Collatz Conjecture
Description
Recently, the first-year student Maxim learned about the Collatz conjecture, but he didn't pay much attention during the lecture, so he believes that the following process is mentioned in the conjecture:
There is a variable $x$ and a constant $y$. The following operation is performed $k$ times:
- increase $x$ by $1$, then
- while the number $x$ is divisible by $y$, divide it by $y$.
For example, if the number $x = 16$, $y = 3$, and $k = 2$, then after one operation $x$ becomes $17$, and after another operation $x$ becomes $2$, because after adding one, $x = 18$ is divisible by $3$ twice.

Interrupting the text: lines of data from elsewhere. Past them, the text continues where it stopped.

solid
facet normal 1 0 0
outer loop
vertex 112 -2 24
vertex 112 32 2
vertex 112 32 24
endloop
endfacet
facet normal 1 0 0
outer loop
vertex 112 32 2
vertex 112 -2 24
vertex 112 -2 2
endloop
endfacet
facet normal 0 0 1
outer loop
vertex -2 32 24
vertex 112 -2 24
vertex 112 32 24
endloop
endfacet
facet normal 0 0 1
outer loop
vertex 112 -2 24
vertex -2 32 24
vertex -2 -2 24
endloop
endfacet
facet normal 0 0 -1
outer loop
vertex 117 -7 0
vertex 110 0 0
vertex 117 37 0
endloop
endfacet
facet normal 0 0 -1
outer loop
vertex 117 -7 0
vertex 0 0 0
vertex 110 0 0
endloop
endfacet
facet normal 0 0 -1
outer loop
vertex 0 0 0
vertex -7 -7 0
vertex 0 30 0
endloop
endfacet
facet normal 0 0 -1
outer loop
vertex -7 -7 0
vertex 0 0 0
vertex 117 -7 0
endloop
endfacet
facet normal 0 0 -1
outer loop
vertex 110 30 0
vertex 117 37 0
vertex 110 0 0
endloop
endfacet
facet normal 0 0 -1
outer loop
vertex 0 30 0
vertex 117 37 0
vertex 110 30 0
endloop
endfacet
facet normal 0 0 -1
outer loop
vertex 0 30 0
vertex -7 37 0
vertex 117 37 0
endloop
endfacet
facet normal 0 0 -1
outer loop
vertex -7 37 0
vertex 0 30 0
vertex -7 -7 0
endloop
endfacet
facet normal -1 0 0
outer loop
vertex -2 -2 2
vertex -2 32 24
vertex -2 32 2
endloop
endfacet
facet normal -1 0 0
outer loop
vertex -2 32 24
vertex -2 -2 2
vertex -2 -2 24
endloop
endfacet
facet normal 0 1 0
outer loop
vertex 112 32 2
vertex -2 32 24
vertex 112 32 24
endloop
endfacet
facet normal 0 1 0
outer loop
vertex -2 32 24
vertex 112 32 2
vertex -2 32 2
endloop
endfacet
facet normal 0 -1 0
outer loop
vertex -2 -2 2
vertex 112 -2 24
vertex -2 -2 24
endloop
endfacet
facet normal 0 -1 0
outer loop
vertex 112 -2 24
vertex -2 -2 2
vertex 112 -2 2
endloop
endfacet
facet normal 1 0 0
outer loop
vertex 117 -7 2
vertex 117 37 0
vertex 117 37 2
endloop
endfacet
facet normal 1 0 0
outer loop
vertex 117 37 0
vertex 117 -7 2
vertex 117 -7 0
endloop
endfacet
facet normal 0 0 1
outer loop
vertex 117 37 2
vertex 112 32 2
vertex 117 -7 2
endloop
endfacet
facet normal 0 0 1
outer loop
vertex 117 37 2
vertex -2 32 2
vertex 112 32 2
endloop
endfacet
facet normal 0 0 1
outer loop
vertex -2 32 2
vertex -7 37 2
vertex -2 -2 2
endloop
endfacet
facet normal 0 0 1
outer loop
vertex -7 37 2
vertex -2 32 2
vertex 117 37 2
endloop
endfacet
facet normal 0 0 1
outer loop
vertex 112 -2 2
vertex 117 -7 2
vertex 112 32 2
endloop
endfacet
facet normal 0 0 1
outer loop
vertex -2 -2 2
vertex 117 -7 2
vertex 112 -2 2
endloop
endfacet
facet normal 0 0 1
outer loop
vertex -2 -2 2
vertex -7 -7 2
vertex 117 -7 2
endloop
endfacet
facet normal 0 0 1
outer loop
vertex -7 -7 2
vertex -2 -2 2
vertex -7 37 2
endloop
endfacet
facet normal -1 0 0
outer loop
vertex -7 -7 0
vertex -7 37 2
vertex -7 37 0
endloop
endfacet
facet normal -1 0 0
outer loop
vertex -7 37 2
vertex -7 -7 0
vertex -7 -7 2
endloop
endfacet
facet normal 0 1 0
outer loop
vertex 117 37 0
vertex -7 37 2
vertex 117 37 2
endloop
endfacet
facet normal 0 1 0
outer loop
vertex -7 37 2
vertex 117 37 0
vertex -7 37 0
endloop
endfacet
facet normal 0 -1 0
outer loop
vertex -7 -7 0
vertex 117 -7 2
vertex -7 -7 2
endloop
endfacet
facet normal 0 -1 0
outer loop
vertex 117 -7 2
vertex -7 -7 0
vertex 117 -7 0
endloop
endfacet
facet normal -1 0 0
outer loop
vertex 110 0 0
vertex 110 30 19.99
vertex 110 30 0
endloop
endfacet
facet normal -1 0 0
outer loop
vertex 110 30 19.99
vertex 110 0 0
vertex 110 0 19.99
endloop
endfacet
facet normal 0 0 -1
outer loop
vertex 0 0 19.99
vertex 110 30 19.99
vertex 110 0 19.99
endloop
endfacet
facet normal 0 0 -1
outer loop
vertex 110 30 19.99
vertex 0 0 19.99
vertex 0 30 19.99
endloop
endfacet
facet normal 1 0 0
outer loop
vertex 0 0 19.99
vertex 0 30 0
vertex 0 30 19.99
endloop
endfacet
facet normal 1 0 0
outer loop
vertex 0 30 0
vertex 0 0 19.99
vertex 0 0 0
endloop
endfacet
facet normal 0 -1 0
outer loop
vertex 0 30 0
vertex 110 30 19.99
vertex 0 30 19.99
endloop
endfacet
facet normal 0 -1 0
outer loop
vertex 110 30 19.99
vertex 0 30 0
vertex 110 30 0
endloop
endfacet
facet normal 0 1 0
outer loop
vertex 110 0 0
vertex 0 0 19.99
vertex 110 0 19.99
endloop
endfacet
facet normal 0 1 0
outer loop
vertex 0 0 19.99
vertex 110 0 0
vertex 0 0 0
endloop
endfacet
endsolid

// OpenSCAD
case_inner_width=110;
case_inner_height=30;
case_inner_depth=20;
case_wall_thickness=2;
case_flange=5;

difference() {
  union() {
    //main case
    translate([-case_wall_thickness, -case_wall_thickness, 0])
      cube([case_inner_width+2*case_wall_thickness, case_inner_height+2*case_wall_thickness, case_inner_depth+2*case_wall_thickness]);
    translate([-case_wall_thickness-case_flange, -case_wall_thickness-case_flange, 0])
      cube([case_inner_width+2*case_wall_thickness+2*case_flange, case_inner_height+2*case_wall_thickness+2*case_flange, case_wall_thickness]);
  }
  //inner difference blocker
  translate([0, 0, -0.01])
    cube([case_inner_width, case_inner_height, case_inner_depth]);
}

Given the initial values of $x$, $y$, and $k$, Maxim wants to know what is the final value of $x$.
Each test consists of multiple test cases. The first line contains an integer $t$ ($1 \le t \le 10^{4}$) — the number of test cases. Then follows the description of the test cases.
The only line of each test case contains three integers $x$, $y$, and $k$ ($1 \le x, k \le 10^{9}$, $2 \le y \le 10^{9}$) — the initial variable, constant and the number of operations.
For each test case, output a single integer — the number obtained after applying $k$ operations.
Input
Each test consists of multiple test cases. The first line contains an integer $t$ ($1 \le t \le 10^{4}$) — the number of test cases. Then follows the description of the test cases.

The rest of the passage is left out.